Proof is provided that the aligned trackways of this ancient system of navigation and communication formed the basis of the straight track system across England that has always been credited to the Romans who arrived three millennia later.
The opinion held by those considered expert in prehistory or archaeology, is that all our antiquities were randomly located by primitive, warring factions some 4 - 6,000 years ago, whose main preoccupation was ritual burial of their dead.
Tom Brooks from Devon has spent much of a long life studying the arrangement of these ancient sites across southern Britain, where they are to be found in greater profusion than elsewhere in the world and concludes that such a view is entirely misleading.
His research, based upon the true position of each unit relative to all others according to the Ordnance Survey National Grid, reveals that all are related geometrically by isosceles triangles (having two sides equal) and projected alignments of remarkable accuracy over great distances. Further, such isosceles triangulation was directed from and focused upon a single, central feature more than 5,000 years old - Silbury Hill on the Marlborough Downs in Wiltshire.
Tom has produced a series of hand-drawn charts to demonstrate these discoveries that have involved tens of thousands of calculations, using precise National Grid geodetic positioning references. These charts are included with commentary in the second half of a DVD; the first half being devoted to an illustrated interview with Tom by Geoff Ward of England’s Western Daily Press, that explores the background to this fascinating work. The charts are repeated with statistical support on an accompanying CD which can be studied at leisure, including an additional chart illustrating sixteen ancient stations aligned from Cornwall to Kent, with every unit accurately triangulated by isosceles conformation to Silbury Hill - proof positive of the previously undreamt creative and surveying skill of the Ancients.
Tom's work ranges across the whole of Southern Britain from the Scilly Isles off Cornwall to Norfolk; from Anglesey and North Wales to Kent and Sussex in the South East. Every important antiquity, as well as a great many lesser mounds, cairns and single standing stones in remote locations are brought into the detailed calculations to demonstrate their geometric relationship and importance.
There are twelve charts displayed on the DVD that range from the likely conditions experienced in mesolithic time following the last Ice Age, through various permutations of hitherto undiscovered alignments coast to coast and their isosceles relationship to Silbury Hill to a final diagram that illustrates the staggering fact that England's Cathedrals, Abbeys, Priories and Churches fall into the same triangulated patterning. From this it can be concluded that they were all built on prehistoric sites, hallowed for many centuries before.
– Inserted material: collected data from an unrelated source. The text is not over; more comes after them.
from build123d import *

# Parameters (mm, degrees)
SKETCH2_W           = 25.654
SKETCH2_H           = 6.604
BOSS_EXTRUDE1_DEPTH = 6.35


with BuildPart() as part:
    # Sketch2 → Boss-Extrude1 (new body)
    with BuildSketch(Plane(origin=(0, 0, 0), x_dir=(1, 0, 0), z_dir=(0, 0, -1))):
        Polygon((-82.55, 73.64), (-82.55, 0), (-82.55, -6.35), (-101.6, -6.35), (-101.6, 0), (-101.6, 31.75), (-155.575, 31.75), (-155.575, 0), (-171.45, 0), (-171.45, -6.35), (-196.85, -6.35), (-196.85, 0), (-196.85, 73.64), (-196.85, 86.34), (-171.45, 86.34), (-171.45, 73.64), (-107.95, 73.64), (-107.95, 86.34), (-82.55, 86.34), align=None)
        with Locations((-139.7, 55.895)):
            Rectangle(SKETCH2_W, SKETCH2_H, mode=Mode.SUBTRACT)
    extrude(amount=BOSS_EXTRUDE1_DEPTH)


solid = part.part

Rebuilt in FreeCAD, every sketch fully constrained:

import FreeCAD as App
import Part
import Sketcher
Q = App.Units.Quantity


def add_polygon(sketch, points):
    """Adds a closed chain of lines whose ends are joined by coincident constraints."""
    first, n = sketch.GeometryCount, len(points)
    for a, b in zip(points, points[1:] + points[:1]):
        sketch.addGeometry(Part.LineSegment(App.Vector(*a, 0), App.Vector(*b, 0)), False)
    for i in range(n):
        sketch.addConstraint(Sketcher.Constraint("Coincident", first + i, 2, first + (i + 1) % n, 1))

doc = App.newDocument("Part")
params = doc.addObject("Spreadsheet::Sheet", "Params")
for row, (alias, value) in enumerate([
    ("sketch1_width", "1 in"),
    ("sketch1_width2", "2.5 in"),
    ("sketch1_height", "0.5 in"),
    ("sketch1_height2", "1.5 in"),
    ("sketch1_width3", "0.75 in"),
    ("pad1_length", "0.25 in"),
], start=1):
    params.set(f"A{row}", alias)
    params.set(f"B{row}", "=" + value)
    params.setAlias(f"B{row}", alias)

body = doc.addObject("PartDesign::Body", "Body")

# Sketch on XY plane
sketch1 = body.newObject("Sketcher::SketchObject", "Sketch")
sketch1.AttachmentSupport = (doc.getObject("XY_Plane"), [""])
sketch1.MapMode = "FlatFace"
add_polygon(sketch1, [(-82.55, 6.35), (-82.55, -86.34), (-107.95, -86.34), (-107.95, -73.64), (-171.45, -73.64), (-171.45, -86.34), (-196.85, -86.34), (-196.85, 6.35), (-171.45, 6.35), (-171.45, 0), (-155.575, 0), (-155.575, -31.75), (-101.6, -31.75), (-101.6, 6.35)])  # lines 0-13
add_polygon(sketch1, [(-152.527, -52.593), (-152.527, -59.197), (-126.873, -59.197), (-126.873, -52.593)])  # lines 14-17
sketch1.addConstraint(Sketcher.Constraint("Vertical", 0))
sketch1.addConstraint(Sketcher.Constraint("Horizontal", 1))
sketch1.addConstraint(Sketcher.Constraint("Vertical", 2))
sketch1.addConstraint(Sketcher.Constraint("Horizontal", 3))
sketch1.addConstraint(Sketcher.Constraint("Vertical", 4))
sketch1.addConstraint(Sketcher.Constraint("Horizontal", 5))
sketch1.addConstraint(Sketcher.Constraint("Vertical", 6))
sketch1.addConstraint(Sketcher.Constraint("Horizontal", 7))
sketch1.addConstraint(Sketcher.Constraint("Vertical", 8))
sketch1.addConstraint(Sketcher.Constraint("Horizontal", 9))
sketch1.addConstraint(Sketcher.Constraint("Vertical", 10))
sketch1.addConstraint(Sketcher.Constraint("Horizontal", 11))
sketch1.addConstraint(Sketcher.Constraint("Vertical", 12))
sketch1.addConstraint(Sketcher.Constraint("Horizontal", 13))
sketch1.addConstraint(Sketcher.Constraint("Vertical", 14))
sketch1.addConstraint(Sketcher.Constraint("Horizontal", 15))
sketch1.addConstraint(Sketcher.Constraint("Vertical", 16))
sketch1.addConstraint(Sketcher.Constraint("Horizontal", 17))
sketch1.addConstraint(Sketcher.Constraint("PointOnObject", 8, 2, -1))
sketch1.addConstraint(Sketcher.Constraint("Horizontal", 1, 2, 4, 2))
sketch1.addConstraint(Sketcher.Constraint("Horizontal", 7, 2, 12, 2))
sketch1.addConstraint(Sketcher.Constraint("Vertical", 4, 2, 7, 2))
sketch1.addConstraint(Sketcher.Constraint("Equal", 1, 5))
sketch1.addConstraint(Sketcher.Constraint("DistanceX", 1, 2, 1, 1, Q("1 in")))
sketch1.addConstraint(Sketcher.Constraint("DistanceX", 3, 2, 3, 1, Q("2.5 in")))
sketch1.addConstraint(Sketcher.Constraint("DistanceY", 2, 1, 2, 2, Q("0.5 in")))
sketch1.addConstraint(Sketcher.Constraint("DistanceY", 12, 1, 12, 2, Q("1.5 in")))
sketch1.addConstraint(Sketcher.Constraint("DistanceX", 11, 2, -1, 1, Q("4 in")))
sketch1.addConstraint(Sketcher.Constraint("DistanceX", 13, 1, 13, 2, Q("0.75 in")))
sketch1.addConstraint(Sketcher.Constraint("DistanceX", 15, 1, 15, 2, Q("1.01 in")))
sketch1.addConstraint(Sketcher.Constraint("DistanceY", 8, 2, 8, 1, Q("0.25 in")))
sketch1.addConstraint(Sketcher.Constraint("DistanceY", 14, 2, 14, 1, Q("0.26 in")))
sketch1.addConstraint(Sketcher.Constraint("DistanceX", 9, 1, 9, 2, Q("0.625 in")))
sketch1.addConstraint(Sketcher.Constraint("DistanceX", 10, 2, 14, 2, Q("0.12 in")))
sketch1.addConstraint(Sketcher.Constraint("DistanceY", 0, 2, 0, 1, 92.69))
sketch1.addConstraint(Sketcher.Constraint("DistanceY", 14, 2, -1, 1, 59.197))
sketch1.setExpression("Constraints[41]", "Params.sketch1_width")
sketch1.setExpression("Constraints[42]", "Params.sketch1_width2")
sketch1.setExpression("Constraints[43]", "Params.sketch1_height")
sketch1.setExpression("Constraints[44]", "Params.sketch1_height2")
sketch1.setExpression("Constraints[46]", "Params.sketch1_width3")
pad1 = body.newObject("PartDesign::Pad", "Pad")
pad1.Profile = sketch1
pad1.setExpression("Length", "Params.pad1_length")
pad1.Reversed = True

doc.recompute()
Remember too, that the isosceles triangle was not recognised as a geometric property for at least another two millennia.
Probably the most thought-provoking aspect of Tom's work is that all the camps, mounds and stone circles are best seen from above, often indiscernible at low level and that all the calculated distances involved are 'flat-plane' or direct point to point above the surface, rather than the geographic or actual travelled distance one might expect primitive people to employ.
Proof is provided that the aligned trackways of this ancient system of navigation and communication formed the basis of the straight track system across England that has always been credited to the Romans who arrived three millennia later.